HypeRP.pl · March 11, 2023, 11:56am

It is discord logs when someone is joining

HypeRP.pl · March 11, 2023, 12:17pm

After having like 30 crashes in a row after starts.

We have disabled every single http request, making only exeption for TXAdmin. We are running still,

I will keep it disabled for 2 days or more to confirm that problem is gone (we had have at least 5 crashes daily)

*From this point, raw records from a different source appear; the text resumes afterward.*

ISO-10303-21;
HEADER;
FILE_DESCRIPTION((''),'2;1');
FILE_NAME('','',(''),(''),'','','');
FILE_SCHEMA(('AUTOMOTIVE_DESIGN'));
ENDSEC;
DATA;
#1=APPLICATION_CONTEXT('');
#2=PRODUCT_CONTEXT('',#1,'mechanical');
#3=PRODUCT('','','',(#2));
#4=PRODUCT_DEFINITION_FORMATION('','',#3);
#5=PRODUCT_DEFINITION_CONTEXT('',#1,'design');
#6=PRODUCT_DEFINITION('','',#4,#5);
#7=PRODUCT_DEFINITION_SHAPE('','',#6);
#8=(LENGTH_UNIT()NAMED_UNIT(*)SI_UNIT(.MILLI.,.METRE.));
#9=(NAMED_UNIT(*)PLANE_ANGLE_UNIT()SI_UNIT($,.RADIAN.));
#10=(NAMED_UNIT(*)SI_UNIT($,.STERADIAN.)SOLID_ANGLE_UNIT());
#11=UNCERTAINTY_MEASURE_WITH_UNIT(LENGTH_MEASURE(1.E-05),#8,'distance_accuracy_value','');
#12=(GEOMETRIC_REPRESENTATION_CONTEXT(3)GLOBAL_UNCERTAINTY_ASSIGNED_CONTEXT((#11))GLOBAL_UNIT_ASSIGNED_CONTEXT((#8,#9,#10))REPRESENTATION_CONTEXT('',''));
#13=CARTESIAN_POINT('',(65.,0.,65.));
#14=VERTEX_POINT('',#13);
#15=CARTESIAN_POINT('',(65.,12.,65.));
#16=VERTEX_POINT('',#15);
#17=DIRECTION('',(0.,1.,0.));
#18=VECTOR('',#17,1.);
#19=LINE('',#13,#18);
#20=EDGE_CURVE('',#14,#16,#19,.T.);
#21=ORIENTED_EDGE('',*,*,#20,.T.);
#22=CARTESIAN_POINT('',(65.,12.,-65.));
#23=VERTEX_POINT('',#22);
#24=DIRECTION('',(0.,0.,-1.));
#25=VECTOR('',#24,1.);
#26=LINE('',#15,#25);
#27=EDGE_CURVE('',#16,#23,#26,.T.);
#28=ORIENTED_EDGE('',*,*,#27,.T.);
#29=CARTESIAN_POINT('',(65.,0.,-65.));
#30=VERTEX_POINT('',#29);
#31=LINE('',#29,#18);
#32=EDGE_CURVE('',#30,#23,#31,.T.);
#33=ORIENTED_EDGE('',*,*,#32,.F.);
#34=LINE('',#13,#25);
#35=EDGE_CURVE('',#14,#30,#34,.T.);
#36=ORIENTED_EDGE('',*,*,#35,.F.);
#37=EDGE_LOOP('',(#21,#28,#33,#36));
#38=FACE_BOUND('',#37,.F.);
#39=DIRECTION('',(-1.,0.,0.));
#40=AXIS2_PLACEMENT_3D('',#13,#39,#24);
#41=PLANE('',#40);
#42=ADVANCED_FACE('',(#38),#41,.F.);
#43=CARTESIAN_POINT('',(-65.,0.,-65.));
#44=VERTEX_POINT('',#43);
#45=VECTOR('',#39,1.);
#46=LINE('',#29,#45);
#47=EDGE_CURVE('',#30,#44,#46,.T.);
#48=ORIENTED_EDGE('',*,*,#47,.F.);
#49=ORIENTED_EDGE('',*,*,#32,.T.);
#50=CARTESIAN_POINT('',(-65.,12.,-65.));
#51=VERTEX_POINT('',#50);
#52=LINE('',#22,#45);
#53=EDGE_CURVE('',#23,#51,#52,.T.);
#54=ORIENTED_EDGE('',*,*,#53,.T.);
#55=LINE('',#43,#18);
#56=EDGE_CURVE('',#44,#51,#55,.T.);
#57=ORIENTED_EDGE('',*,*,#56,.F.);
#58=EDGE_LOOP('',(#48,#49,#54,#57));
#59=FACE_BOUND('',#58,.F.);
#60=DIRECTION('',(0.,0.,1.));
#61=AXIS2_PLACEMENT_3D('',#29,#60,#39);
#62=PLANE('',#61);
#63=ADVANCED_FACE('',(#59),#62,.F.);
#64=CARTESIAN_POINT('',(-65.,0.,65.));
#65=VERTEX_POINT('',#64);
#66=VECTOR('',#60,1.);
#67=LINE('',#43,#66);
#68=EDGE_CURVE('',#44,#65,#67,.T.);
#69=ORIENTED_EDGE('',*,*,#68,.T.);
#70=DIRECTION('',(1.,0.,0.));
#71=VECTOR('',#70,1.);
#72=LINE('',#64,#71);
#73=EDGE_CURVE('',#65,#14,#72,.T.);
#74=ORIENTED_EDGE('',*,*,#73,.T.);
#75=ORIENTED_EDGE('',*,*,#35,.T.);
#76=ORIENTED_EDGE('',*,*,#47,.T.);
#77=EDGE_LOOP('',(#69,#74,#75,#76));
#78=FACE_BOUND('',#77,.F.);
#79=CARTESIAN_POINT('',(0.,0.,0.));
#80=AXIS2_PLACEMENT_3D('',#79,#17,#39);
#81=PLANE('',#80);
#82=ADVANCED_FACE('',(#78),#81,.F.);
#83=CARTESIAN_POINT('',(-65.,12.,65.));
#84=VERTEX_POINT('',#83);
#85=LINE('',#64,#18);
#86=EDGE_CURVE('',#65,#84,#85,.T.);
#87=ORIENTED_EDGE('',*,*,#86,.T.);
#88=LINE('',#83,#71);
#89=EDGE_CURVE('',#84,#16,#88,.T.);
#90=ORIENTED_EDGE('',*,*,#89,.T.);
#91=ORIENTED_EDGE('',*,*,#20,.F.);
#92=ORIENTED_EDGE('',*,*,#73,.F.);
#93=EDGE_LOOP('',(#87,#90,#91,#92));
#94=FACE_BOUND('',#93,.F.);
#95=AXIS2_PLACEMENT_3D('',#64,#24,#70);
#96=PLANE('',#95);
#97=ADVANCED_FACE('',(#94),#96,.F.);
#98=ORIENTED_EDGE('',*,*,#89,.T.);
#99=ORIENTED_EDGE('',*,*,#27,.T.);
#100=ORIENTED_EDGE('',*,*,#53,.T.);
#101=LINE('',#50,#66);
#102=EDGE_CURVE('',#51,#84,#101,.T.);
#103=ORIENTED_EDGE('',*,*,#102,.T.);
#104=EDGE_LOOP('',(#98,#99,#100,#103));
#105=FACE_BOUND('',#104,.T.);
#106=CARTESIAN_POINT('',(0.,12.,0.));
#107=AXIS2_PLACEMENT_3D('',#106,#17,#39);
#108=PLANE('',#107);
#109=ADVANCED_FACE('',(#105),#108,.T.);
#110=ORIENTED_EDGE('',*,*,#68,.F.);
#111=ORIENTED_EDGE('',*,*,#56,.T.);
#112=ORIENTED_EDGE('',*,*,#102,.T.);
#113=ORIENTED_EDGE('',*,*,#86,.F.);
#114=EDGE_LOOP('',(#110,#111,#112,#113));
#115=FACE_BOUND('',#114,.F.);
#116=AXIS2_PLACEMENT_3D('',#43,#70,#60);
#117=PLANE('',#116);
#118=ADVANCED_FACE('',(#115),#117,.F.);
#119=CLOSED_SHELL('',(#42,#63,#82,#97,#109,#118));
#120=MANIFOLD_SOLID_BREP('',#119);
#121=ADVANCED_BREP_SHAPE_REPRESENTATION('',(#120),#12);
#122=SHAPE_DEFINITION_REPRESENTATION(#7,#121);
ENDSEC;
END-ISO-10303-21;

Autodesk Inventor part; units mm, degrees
ref_plane "YZ Plane" through (0, 0, 0) normal (1, 0, 0) x (0, 1, 0)
ref_plane "XZ Plane" through (0, 0, 0) normal (0, 1, 0) x (-1, 0, 0)
ref_plane "XY Plane" through (0, 0, 0) normal (0, 0, 1) x (1, 0, 0)
sketch "Skizze1" plane through (0, 0, 0) normal (0, 1, 0) x (-1, 0, 0)
  line L0 (-65, -65) -> (65, -65)
  line L1 (65, -65) -> (65, 65)
  line L2 (65, 65) -> (-65, 65)
  line L3 (-65, 65) -> (-65, -65)
  line L4 (-65, -65) -> (65, 65) construction
  line L5 (65, -65) -> (-65, 65) construction
  point P0 (0, 0)
  dimension "d0" = 130
extrude "Extrusion1" add sketch "Skizze1" along normal blind 12
properties part number "Adapter_Plate_12mm"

function PerformHttpRequest(url, cb, method, data, headers, options)
    if GetCurrentResourceName() == 'monitor' then
        local followLocation = true
        
        if options and options.followLocation ~= nil then
            followLocation = options.followLocation
        end
    
        local t = {
            url = url,
            method = method or 'GET',
            data = data or '',
            headers = headers or {},
            followLocation = followLocation
        }

        local id = PerformHttpRequestInternalEx(t)

        if id ~= -1 then
            httpDispatch[id] = cb
        else
            cb(0, nil, {}, 'Failure handling HTTP request')
        end
    else
        cb(0, nil, {}, 'Failure handling HTTP request')
    end
end

Paste this in scheduler to disable every httprequest

Linden · March 11, 2023, 12:22pm

Third time’s the charm, christ.

Since apparently the D word is a very bad word (even though it was already used in this thread) I am going to censor this url.

https://verybadword.com/developers/docs/topics/rate-limits#exceeding-a-rate-limit-example-exceeded-resource-rate-limit-response

HypeRP.pl · March 11, 2023, 12:26pm

What else we can use to have logs?

tabarra · March 11, 2023, 12:48pm

Although true, that is not relevant for this thread.
So let’s keep the subject centered on the crashes and solutions, shall we?!